» DESCRIPTION OF THE TASK:
Give back only the lines in the records below from the one with "face PLANE(AX(P(100,-54.894989,50),D(1,0,0),D(0,1,0))) rev" to the one with "v42 (0,-37.5,12)", both inclusive, word for word.

Collected data
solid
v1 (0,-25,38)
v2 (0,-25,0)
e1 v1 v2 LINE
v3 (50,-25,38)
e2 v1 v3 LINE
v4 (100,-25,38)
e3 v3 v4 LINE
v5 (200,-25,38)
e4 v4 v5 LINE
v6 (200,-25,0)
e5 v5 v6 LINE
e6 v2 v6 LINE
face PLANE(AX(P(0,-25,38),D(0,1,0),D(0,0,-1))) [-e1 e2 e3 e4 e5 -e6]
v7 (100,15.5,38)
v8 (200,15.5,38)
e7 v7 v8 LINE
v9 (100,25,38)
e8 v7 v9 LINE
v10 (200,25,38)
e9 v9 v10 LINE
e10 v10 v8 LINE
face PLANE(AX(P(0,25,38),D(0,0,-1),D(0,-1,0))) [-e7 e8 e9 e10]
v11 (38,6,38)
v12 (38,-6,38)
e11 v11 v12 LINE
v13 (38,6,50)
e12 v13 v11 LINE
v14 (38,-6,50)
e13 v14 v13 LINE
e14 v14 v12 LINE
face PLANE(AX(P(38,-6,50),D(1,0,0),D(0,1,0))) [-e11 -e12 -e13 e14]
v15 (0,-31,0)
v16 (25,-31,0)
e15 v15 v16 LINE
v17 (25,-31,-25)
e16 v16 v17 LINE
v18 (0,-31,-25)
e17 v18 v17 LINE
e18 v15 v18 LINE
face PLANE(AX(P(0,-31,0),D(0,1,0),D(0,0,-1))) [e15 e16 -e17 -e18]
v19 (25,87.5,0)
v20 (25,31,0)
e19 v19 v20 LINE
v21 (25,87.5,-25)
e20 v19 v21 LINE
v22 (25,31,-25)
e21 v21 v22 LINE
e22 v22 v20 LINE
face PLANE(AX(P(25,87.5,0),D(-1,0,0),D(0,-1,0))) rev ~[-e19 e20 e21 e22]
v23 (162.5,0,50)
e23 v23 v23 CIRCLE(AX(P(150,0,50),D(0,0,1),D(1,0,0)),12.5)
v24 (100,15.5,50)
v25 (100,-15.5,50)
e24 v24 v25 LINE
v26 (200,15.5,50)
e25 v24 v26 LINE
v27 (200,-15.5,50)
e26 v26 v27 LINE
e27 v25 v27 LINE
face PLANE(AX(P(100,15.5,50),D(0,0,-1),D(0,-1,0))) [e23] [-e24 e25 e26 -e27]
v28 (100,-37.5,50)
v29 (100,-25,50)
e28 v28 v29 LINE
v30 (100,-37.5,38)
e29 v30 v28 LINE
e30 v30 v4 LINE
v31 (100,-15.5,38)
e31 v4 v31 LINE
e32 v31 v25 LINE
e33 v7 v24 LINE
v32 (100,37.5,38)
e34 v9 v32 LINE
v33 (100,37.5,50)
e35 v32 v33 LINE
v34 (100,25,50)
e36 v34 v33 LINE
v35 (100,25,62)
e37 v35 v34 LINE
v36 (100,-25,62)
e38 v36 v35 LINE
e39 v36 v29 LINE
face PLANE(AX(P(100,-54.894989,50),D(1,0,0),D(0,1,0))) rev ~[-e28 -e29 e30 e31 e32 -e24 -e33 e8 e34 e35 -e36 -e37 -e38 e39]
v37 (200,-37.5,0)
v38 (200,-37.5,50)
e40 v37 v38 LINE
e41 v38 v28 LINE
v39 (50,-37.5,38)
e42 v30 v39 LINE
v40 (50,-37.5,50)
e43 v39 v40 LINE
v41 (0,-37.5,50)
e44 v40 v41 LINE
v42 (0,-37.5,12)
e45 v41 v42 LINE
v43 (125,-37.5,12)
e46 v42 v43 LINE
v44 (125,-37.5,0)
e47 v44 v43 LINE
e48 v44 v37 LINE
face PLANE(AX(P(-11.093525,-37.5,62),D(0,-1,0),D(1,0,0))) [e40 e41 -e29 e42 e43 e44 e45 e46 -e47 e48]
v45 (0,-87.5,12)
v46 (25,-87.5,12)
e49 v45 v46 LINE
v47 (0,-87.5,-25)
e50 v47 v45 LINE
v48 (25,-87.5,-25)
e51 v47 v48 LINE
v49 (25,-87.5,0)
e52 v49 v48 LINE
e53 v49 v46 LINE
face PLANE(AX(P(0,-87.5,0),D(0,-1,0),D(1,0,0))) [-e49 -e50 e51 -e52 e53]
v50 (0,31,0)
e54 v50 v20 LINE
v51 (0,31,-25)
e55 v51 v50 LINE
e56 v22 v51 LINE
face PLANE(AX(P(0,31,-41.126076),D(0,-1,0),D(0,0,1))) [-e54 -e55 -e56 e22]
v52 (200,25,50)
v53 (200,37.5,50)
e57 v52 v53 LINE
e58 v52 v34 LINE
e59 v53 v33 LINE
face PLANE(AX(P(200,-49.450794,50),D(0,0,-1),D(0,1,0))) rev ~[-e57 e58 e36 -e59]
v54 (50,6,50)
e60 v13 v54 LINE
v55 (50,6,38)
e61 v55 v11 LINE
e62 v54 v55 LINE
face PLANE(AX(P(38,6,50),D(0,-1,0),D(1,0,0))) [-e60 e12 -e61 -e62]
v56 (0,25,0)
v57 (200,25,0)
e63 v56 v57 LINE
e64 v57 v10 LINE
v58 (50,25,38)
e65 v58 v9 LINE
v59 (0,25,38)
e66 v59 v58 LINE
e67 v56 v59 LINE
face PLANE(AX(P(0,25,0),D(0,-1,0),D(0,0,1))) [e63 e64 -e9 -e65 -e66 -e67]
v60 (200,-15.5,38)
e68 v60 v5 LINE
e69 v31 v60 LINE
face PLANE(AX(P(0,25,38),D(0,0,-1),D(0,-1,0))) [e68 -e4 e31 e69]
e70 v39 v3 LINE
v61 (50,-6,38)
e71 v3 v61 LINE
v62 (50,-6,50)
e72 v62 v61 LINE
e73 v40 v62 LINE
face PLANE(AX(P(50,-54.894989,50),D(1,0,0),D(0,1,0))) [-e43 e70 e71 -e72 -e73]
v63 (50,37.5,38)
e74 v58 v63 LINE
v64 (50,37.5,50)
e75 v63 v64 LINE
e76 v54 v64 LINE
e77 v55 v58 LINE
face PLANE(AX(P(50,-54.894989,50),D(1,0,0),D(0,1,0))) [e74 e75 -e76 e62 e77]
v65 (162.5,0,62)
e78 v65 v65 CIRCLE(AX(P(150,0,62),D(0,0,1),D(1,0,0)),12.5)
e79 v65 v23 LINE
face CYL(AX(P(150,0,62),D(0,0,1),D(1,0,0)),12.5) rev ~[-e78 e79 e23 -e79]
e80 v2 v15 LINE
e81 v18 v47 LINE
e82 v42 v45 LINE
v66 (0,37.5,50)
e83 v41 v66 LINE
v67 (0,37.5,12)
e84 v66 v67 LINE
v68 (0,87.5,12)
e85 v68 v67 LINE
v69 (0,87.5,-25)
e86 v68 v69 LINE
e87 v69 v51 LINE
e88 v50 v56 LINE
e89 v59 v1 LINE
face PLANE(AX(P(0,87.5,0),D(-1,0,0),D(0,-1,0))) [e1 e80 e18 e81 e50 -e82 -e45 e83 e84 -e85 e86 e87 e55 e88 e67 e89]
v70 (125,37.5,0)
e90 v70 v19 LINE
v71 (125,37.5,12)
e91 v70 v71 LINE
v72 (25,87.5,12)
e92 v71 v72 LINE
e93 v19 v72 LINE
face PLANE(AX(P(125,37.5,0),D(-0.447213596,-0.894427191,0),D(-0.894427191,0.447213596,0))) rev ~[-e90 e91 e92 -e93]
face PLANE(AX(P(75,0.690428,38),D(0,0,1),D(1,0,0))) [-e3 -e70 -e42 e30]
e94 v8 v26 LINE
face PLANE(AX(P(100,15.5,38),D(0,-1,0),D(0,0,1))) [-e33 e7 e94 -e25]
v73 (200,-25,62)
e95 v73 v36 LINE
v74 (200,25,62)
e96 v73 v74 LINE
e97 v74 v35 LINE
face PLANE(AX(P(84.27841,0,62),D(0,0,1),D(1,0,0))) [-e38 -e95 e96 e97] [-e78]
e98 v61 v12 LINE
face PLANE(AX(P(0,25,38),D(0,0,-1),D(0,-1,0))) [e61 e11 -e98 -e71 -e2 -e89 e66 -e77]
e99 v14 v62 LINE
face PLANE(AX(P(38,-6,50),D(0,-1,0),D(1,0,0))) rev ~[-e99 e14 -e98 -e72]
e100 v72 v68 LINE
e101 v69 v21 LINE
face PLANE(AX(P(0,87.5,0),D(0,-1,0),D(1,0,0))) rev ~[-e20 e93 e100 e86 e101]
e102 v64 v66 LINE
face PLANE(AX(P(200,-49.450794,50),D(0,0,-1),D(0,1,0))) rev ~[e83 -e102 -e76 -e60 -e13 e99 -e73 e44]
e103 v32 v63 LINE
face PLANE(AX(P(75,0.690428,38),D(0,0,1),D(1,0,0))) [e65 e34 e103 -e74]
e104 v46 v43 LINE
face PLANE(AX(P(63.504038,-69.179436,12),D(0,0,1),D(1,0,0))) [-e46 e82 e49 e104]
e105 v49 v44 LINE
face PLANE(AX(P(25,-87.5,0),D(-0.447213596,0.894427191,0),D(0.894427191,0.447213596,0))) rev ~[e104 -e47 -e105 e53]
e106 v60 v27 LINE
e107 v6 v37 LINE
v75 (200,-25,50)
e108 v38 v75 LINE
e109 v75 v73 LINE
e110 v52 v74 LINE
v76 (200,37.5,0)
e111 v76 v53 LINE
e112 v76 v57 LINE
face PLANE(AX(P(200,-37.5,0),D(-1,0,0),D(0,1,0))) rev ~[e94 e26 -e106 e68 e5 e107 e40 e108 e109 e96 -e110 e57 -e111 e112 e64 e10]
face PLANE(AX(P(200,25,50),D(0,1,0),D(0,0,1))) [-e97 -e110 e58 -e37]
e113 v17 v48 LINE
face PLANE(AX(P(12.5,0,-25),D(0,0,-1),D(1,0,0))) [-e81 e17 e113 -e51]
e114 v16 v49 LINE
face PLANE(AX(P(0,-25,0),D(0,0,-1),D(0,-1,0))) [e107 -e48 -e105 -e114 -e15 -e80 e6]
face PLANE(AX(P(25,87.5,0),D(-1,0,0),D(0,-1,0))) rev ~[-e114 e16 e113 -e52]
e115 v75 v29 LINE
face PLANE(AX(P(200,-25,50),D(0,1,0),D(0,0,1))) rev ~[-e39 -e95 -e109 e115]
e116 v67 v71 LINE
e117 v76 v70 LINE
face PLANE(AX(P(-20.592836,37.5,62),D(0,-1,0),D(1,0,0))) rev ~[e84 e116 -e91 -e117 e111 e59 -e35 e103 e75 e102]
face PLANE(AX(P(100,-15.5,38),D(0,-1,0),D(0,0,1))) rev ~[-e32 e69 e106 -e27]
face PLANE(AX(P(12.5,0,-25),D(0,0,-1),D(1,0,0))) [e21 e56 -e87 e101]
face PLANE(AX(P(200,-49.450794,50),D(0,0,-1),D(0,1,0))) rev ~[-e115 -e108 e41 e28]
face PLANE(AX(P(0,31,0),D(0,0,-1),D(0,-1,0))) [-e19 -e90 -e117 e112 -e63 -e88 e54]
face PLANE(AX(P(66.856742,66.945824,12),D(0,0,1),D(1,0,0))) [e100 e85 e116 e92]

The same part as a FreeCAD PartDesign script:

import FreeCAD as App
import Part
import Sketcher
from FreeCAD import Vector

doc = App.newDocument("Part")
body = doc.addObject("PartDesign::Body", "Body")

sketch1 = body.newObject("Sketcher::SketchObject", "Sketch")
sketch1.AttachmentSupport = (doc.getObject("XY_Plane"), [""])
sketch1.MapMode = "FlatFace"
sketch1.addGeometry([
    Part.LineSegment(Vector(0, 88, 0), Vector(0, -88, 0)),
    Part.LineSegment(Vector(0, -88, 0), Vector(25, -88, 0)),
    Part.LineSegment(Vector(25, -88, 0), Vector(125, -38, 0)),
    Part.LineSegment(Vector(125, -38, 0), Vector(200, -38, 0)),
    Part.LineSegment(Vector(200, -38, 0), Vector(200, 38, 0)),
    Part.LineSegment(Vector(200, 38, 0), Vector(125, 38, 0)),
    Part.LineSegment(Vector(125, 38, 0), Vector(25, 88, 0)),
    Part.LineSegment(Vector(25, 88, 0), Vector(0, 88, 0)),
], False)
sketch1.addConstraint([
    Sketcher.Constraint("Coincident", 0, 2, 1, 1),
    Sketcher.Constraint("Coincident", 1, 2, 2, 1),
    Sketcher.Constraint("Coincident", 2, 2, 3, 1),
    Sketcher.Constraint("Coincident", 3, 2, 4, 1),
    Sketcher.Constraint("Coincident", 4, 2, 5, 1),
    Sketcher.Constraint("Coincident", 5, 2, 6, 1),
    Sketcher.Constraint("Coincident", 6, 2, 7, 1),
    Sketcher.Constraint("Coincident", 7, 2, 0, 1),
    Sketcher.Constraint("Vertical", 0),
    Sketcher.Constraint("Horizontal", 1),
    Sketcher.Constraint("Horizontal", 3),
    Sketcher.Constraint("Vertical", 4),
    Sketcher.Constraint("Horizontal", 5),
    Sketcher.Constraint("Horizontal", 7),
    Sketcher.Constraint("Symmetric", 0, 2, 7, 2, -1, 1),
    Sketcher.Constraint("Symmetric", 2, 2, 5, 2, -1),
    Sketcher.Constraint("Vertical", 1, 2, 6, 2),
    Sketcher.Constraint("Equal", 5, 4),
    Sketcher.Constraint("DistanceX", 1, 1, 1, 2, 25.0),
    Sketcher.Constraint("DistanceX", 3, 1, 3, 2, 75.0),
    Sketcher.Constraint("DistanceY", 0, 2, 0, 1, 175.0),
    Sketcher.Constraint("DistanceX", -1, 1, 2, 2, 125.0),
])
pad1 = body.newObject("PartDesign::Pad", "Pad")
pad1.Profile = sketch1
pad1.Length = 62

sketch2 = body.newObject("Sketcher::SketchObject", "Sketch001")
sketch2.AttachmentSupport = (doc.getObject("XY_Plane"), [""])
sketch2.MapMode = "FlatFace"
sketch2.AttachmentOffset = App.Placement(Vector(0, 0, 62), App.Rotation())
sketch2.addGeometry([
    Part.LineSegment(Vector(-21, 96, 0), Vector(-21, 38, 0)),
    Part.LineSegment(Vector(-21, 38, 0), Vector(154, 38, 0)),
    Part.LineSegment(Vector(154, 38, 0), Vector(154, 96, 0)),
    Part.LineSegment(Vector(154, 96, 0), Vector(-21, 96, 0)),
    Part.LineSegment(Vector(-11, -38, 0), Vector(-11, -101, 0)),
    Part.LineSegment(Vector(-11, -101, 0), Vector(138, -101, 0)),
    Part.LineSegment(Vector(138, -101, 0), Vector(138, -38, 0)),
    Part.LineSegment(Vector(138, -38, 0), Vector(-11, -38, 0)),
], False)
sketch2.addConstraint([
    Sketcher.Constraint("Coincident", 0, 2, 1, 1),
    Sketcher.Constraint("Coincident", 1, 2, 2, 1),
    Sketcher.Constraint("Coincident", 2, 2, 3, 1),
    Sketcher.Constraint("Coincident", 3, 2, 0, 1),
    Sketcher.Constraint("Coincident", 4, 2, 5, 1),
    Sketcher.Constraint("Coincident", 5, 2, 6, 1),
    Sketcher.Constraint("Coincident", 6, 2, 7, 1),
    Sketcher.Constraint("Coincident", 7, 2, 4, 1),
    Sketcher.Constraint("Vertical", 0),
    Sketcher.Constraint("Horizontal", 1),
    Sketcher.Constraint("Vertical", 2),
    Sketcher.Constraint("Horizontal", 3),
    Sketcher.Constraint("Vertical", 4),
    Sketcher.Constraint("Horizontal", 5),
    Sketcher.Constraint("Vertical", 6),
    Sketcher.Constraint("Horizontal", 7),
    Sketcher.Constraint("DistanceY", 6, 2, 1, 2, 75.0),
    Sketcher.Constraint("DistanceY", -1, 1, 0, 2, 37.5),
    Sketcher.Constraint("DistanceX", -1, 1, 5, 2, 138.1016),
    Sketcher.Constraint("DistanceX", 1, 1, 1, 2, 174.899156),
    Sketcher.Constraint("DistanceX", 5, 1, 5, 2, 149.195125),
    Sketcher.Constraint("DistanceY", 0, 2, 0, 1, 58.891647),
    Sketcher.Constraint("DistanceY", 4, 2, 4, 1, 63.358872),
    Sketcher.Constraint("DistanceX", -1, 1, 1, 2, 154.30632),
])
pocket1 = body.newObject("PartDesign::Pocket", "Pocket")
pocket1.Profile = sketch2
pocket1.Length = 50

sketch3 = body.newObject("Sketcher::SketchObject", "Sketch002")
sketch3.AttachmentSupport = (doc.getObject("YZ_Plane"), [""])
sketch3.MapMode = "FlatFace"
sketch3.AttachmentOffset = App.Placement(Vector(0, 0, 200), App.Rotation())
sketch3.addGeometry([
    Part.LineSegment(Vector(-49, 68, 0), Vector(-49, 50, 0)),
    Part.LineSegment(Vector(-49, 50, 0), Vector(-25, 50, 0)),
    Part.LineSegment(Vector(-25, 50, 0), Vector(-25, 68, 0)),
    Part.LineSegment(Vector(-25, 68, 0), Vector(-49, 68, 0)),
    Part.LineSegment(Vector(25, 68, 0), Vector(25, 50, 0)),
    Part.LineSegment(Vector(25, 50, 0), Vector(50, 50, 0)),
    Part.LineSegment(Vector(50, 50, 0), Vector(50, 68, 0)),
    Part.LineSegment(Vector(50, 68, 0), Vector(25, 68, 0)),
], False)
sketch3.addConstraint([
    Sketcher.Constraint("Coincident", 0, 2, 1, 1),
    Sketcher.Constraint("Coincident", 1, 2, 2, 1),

---

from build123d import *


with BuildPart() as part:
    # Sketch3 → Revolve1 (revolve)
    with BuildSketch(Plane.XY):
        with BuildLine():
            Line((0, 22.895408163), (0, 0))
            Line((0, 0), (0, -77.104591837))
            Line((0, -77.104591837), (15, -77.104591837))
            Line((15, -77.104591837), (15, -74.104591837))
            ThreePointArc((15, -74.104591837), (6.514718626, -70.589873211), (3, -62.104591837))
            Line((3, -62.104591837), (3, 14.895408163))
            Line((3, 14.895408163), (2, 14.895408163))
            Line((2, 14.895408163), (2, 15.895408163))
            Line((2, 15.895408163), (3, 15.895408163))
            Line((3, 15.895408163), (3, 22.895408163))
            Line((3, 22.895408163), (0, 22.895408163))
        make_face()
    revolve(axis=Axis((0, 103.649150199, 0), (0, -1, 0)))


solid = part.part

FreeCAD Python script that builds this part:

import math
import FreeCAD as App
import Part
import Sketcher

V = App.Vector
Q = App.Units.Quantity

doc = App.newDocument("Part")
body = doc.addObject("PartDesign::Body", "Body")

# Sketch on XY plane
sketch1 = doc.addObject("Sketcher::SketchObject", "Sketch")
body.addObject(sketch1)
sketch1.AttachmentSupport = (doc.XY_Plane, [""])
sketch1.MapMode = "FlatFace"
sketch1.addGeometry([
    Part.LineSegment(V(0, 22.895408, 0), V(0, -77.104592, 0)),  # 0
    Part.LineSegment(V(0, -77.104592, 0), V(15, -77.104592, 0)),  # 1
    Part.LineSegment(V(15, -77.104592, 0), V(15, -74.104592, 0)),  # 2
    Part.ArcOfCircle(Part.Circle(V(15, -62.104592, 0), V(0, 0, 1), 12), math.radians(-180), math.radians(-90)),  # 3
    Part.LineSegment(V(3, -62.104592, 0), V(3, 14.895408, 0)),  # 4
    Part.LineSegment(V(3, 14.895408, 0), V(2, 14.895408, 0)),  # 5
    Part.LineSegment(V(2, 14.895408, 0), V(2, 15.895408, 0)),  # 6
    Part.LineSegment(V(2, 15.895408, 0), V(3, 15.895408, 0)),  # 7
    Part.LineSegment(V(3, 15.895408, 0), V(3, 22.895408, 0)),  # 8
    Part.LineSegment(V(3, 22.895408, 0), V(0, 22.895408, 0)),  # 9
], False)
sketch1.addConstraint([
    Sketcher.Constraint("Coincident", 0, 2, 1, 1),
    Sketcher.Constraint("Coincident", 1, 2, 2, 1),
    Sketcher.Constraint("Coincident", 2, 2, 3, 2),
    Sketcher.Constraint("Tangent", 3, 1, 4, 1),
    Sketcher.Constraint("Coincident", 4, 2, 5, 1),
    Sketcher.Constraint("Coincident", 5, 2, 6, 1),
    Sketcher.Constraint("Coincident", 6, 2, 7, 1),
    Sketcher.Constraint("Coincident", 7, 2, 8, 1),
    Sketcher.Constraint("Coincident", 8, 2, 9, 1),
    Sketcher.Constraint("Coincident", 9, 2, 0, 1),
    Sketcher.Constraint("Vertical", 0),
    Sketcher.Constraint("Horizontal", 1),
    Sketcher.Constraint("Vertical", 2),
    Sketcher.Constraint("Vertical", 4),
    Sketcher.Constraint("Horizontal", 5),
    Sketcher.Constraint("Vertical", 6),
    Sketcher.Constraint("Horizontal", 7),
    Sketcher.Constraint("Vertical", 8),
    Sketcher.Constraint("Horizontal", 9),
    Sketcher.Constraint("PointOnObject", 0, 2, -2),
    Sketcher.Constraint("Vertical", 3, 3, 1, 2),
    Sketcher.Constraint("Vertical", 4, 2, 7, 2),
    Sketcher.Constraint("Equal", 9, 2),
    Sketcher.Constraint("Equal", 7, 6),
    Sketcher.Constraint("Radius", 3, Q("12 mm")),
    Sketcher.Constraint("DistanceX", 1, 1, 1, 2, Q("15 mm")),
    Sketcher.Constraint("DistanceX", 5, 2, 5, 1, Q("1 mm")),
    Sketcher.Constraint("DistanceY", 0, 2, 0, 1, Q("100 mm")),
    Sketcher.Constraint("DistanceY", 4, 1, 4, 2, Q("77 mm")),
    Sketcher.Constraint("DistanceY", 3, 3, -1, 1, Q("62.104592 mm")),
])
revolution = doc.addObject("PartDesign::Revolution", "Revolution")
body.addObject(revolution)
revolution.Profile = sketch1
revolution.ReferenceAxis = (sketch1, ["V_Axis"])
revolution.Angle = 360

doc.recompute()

» EXERCISE SOLUTION:
face PLANE(AX(P(100,-54.894989,50),D(1,0,0),D(0,1,0))) rev ~[-e28 -e29 e30 e31 e32 -e24 -e33 e8 e34 e35 -e36 -e37 -e38 e39]
v37 (200,-37.5,0)
v38 (200,-37.5,50)
e40 v37 v38 LINE
e41 v38 v28 LINE
v39 (50,-37.5,38)
e42 v30 v39 LINE
v40 (50,-37.5,50)
e43 v39 v40 LINE
v41 (0,-37.5,50)
e44 v40 v41 LINE
v42 (0,-37.5,12)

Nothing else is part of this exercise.